Некоторые бандиты везли с собой тлеющие фитили. Быстро вспыхнули пропитанные маслом факелы. Сиагрий сунул один из них в руку Фостия.
— Держи, — прорычал он. — Сделай что-нибудь стоящее. — «А иначе будет плохо», — об этом говорили глаза Сиагрия и то, как он держал саблю.
Фостий бросил факел в стену, надеясь, что он погаснет, но он подкатился к деревянной стене. Пламя затрещало, занялось и начало расползаться. Сиагрий хлопнул его по спине, словно посвящая в братство поджигателей и бандитов.
Содрогнувшись, Фостий понял, что это действительно так.
Что-то неразборчиво крича, на него бросился монах с дубиной. Фостию хотелось сказать бритоголовому святому человеку, что произошла чудовищная ошибка, что он не хотел оказаться здесь и причинять какой-либо вред монастырю.
Но монаха это совершенно не волновало. Ему хотелось лишь одного — убить ближайшего к нему бандита, каковым оказался Фостий.
Он отбил первый яростный удар монаха, затем второй.
— Да руби же его, клянусь благим богом! — с отвращением рявкнул Сиагрий. — Ты что думаешь, он устанет и сам уйдет?
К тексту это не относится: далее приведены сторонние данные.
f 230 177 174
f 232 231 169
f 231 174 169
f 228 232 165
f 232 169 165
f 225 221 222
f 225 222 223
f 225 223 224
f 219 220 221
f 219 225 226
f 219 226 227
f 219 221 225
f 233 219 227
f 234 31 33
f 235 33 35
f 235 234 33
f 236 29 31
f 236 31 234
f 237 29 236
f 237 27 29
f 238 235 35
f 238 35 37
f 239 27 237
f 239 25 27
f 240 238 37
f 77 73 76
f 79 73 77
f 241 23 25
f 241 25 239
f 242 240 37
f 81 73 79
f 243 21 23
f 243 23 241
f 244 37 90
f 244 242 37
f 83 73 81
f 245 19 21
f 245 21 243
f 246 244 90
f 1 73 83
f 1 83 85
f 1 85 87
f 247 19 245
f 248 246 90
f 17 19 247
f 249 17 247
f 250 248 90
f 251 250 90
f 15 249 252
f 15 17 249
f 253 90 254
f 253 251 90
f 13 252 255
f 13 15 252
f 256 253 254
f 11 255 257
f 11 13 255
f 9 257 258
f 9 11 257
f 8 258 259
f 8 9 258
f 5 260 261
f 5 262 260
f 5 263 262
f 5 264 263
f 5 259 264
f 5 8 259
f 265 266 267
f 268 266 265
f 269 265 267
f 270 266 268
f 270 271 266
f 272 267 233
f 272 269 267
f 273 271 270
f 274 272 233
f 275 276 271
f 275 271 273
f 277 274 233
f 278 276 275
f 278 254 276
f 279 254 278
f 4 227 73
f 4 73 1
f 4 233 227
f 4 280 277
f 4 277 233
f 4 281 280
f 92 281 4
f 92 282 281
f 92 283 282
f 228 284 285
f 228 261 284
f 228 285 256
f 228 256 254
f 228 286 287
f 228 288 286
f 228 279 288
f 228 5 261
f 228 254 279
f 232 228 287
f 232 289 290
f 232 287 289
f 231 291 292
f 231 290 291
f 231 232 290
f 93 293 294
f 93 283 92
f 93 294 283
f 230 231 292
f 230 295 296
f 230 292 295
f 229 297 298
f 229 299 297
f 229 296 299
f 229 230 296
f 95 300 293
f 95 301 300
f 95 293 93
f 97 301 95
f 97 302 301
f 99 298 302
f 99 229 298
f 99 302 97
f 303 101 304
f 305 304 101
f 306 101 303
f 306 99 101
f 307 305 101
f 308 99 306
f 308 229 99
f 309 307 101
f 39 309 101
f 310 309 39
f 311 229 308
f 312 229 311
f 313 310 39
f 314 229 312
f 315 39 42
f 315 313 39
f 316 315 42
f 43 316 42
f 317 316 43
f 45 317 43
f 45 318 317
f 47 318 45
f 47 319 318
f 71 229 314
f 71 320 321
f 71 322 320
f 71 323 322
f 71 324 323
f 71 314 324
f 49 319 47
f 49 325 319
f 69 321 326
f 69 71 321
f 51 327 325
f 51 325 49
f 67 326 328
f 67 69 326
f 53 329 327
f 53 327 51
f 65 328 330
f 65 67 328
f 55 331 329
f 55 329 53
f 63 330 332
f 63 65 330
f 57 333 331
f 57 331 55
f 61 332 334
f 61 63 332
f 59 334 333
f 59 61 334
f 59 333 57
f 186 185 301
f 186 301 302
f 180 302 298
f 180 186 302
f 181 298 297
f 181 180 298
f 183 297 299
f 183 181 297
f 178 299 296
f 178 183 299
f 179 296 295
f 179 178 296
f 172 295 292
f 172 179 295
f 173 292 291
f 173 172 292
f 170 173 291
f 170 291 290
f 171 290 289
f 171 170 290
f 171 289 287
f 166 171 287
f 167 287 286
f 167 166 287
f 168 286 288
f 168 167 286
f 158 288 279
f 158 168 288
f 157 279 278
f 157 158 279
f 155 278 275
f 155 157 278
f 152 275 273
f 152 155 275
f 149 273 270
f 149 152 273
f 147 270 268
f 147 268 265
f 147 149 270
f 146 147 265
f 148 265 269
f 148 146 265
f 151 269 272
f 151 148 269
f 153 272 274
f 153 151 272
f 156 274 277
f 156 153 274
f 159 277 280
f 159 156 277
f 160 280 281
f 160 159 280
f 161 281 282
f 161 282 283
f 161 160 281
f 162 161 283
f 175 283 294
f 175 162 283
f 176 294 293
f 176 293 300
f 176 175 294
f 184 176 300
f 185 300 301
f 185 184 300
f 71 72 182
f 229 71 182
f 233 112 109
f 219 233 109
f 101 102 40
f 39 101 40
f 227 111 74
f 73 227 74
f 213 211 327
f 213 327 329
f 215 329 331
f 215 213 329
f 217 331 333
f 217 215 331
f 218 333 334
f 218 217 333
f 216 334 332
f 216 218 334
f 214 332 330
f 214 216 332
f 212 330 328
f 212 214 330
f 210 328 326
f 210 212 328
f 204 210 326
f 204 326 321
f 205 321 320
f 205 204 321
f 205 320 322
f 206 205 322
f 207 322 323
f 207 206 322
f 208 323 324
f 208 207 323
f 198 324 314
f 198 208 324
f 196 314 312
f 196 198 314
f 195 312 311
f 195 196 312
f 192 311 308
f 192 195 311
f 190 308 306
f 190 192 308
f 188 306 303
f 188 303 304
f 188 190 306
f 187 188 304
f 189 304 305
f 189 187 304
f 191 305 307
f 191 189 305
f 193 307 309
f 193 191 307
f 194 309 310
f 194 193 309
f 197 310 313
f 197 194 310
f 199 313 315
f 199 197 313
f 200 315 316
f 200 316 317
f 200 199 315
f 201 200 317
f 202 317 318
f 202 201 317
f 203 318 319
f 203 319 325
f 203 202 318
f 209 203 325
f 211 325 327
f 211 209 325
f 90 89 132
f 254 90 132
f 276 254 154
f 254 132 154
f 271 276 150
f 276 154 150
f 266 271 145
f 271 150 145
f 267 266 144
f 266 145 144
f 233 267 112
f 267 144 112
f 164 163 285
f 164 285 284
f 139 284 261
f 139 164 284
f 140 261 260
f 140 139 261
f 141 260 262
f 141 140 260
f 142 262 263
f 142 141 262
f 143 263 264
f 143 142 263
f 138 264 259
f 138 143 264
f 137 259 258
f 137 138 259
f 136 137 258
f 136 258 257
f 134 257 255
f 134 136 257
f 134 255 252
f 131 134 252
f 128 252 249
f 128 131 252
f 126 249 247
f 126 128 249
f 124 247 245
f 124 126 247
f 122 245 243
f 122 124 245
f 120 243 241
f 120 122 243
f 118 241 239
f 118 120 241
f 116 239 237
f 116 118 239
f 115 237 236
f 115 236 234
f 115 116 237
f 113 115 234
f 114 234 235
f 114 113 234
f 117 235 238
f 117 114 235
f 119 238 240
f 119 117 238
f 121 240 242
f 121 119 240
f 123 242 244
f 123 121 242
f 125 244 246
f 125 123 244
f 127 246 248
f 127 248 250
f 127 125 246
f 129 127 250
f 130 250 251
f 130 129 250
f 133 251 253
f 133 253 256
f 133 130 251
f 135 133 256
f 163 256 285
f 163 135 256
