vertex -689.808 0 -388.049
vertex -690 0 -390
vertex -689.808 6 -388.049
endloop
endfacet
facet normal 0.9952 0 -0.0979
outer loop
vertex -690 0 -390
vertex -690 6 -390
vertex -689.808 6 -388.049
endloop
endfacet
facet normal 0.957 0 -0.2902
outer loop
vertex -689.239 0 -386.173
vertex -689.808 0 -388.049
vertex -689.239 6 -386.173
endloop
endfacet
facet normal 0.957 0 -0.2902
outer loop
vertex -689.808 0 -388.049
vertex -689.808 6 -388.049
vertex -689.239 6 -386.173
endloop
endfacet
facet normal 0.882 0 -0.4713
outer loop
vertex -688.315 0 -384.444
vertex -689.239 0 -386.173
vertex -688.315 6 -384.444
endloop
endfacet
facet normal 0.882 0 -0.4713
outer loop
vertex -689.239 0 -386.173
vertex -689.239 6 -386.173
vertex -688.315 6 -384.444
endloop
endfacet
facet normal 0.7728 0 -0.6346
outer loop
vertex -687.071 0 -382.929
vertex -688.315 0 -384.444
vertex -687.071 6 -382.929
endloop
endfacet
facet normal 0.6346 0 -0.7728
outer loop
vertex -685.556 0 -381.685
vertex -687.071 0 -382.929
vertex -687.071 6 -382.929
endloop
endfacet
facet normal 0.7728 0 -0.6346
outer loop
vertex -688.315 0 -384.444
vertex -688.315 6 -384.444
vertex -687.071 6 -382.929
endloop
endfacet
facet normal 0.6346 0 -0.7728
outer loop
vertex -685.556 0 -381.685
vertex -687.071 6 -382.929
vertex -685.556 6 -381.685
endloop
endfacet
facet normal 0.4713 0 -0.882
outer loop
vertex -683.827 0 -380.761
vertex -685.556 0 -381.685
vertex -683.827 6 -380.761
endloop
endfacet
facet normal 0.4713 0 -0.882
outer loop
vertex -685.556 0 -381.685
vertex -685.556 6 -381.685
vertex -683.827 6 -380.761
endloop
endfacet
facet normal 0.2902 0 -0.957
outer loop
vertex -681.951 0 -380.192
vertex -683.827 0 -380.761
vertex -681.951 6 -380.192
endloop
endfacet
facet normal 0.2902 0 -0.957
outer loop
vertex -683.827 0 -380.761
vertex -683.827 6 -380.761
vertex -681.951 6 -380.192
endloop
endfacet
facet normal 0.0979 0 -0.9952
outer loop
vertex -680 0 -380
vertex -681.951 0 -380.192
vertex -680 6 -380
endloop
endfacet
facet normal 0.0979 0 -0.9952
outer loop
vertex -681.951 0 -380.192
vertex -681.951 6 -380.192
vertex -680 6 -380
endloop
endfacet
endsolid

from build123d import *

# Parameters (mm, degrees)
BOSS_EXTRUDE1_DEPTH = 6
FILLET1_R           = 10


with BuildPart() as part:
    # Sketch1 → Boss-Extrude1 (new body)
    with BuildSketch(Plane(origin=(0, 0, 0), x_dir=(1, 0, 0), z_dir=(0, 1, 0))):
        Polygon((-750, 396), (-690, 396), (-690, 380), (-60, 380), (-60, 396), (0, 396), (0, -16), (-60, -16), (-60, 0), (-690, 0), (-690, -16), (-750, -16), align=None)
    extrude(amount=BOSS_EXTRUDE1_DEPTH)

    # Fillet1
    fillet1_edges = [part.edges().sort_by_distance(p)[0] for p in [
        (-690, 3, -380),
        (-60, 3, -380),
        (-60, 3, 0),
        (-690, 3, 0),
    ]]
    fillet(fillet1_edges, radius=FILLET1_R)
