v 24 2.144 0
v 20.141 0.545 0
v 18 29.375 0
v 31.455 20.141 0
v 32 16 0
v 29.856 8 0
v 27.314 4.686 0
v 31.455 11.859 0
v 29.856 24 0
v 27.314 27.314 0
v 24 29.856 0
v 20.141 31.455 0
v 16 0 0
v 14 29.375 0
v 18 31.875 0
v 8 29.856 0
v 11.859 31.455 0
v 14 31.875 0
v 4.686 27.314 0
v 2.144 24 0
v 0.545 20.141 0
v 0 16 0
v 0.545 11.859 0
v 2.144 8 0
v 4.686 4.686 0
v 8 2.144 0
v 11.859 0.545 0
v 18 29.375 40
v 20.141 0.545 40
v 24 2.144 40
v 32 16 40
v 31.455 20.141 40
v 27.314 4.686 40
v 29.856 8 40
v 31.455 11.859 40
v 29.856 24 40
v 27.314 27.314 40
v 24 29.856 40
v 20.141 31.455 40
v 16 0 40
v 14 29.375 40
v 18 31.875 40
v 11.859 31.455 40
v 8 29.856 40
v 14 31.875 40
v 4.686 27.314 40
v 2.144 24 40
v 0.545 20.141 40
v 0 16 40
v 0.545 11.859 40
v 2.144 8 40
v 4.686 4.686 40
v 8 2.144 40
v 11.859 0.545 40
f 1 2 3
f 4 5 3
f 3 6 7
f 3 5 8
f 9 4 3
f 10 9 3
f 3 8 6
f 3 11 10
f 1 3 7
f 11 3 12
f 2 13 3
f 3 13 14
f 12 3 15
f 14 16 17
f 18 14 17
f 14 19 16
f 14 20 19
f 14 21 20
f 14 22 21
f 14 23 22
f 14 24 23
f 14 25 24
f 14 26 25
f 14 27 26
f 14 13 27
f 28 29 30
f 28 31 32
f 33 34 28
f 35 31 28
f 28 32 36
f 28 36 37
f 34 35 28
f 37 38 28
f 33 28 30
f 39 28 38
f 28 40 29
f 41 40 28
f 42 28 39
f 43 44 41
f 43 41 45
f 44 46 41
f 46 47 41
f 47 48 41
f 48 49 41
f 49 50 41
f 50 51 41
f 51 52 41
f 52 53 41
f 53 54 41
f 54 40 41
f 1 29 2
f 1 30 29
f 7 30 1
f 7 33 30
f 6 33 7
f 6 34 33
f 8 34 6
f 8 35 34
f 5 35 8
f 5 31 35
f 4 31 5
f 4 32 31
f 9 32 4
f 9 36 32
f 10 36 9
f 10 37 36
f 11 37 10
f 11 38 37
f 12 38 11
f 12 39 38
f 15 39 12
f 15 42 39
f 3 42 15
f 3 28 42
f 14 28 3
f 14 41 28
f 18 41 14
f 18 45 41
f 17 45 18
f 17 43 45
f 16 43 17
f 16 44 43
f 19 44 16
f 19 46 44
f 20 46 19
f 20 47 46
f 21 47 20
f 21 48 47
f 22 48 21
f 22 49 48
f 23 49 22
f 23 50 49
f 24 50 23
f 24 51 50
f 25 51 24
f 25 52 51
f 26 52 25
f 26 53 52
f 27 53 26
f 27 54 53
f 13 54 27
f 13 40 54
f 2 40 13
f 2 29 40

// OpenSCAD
$fn = 32;

// ----------------------------------------------------------------------
// Keyway shaft: d32 shaft, key 4 x 2.5 mm
// ----------------------------------------------------------------------

// --- parameters (mm) ---
shaft_r = 16;             // shaft radius
key_w = 4;                // keyway width
key_d = 2.5;              // keyway depth below the surface line
plate_t = 40;             // shaft length, Z (extrusion height)

shaft_d = 2 * shaft_r;  // shaft diameter
circle_step = 15;  // polygon sampling step, degrees

profile = [[11.859, 31.455], [8, 29.856], [4.686, 27.314], [2.144, 24], [0.545, 20.141], [0, 16], [0.545, 11.859], [2.144, 8], [4.686, 4.686], [8, 2.144], [11.859, 0.545], [16, 0], [20.141, 0.545], [24, 2.144], [27.314, 4.686], [29.856, 8], [31.455, 11.859], [32, 16], [31.455, 20.141], [29.856, 24], [27.314, 27.314], [24, 29.856], [20.141, 31.455], [18, 31.875], [18, 29.375], [14, 29.375], [14, 31.875]];  // primary outline, 27 points, counter clockwise

// --- the one profile operation ---
linear_extrude(height = plate_t) polygon(points = profile);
Третий удар ему не удалось отбить полностью. Дубина скользнула по его голени, и Фостий прикусил губу от боли. Он осознал со все нарастающим отчаянием, что ему не удастся просто держать монаха на расстоянии, потому что тому хочется лишь одного — убить его.
Монах замахнулся снова. Фостий рубанул и ощутил, как сабля рассекла плоть.
За его спиной радостно взревел Сиагрий. Фостий охотно убил бы бандита уже за то, что тот поставил его в ситуацию, когда ему пришлось или убить монаха, или позволить тому искалечить или убить его самого.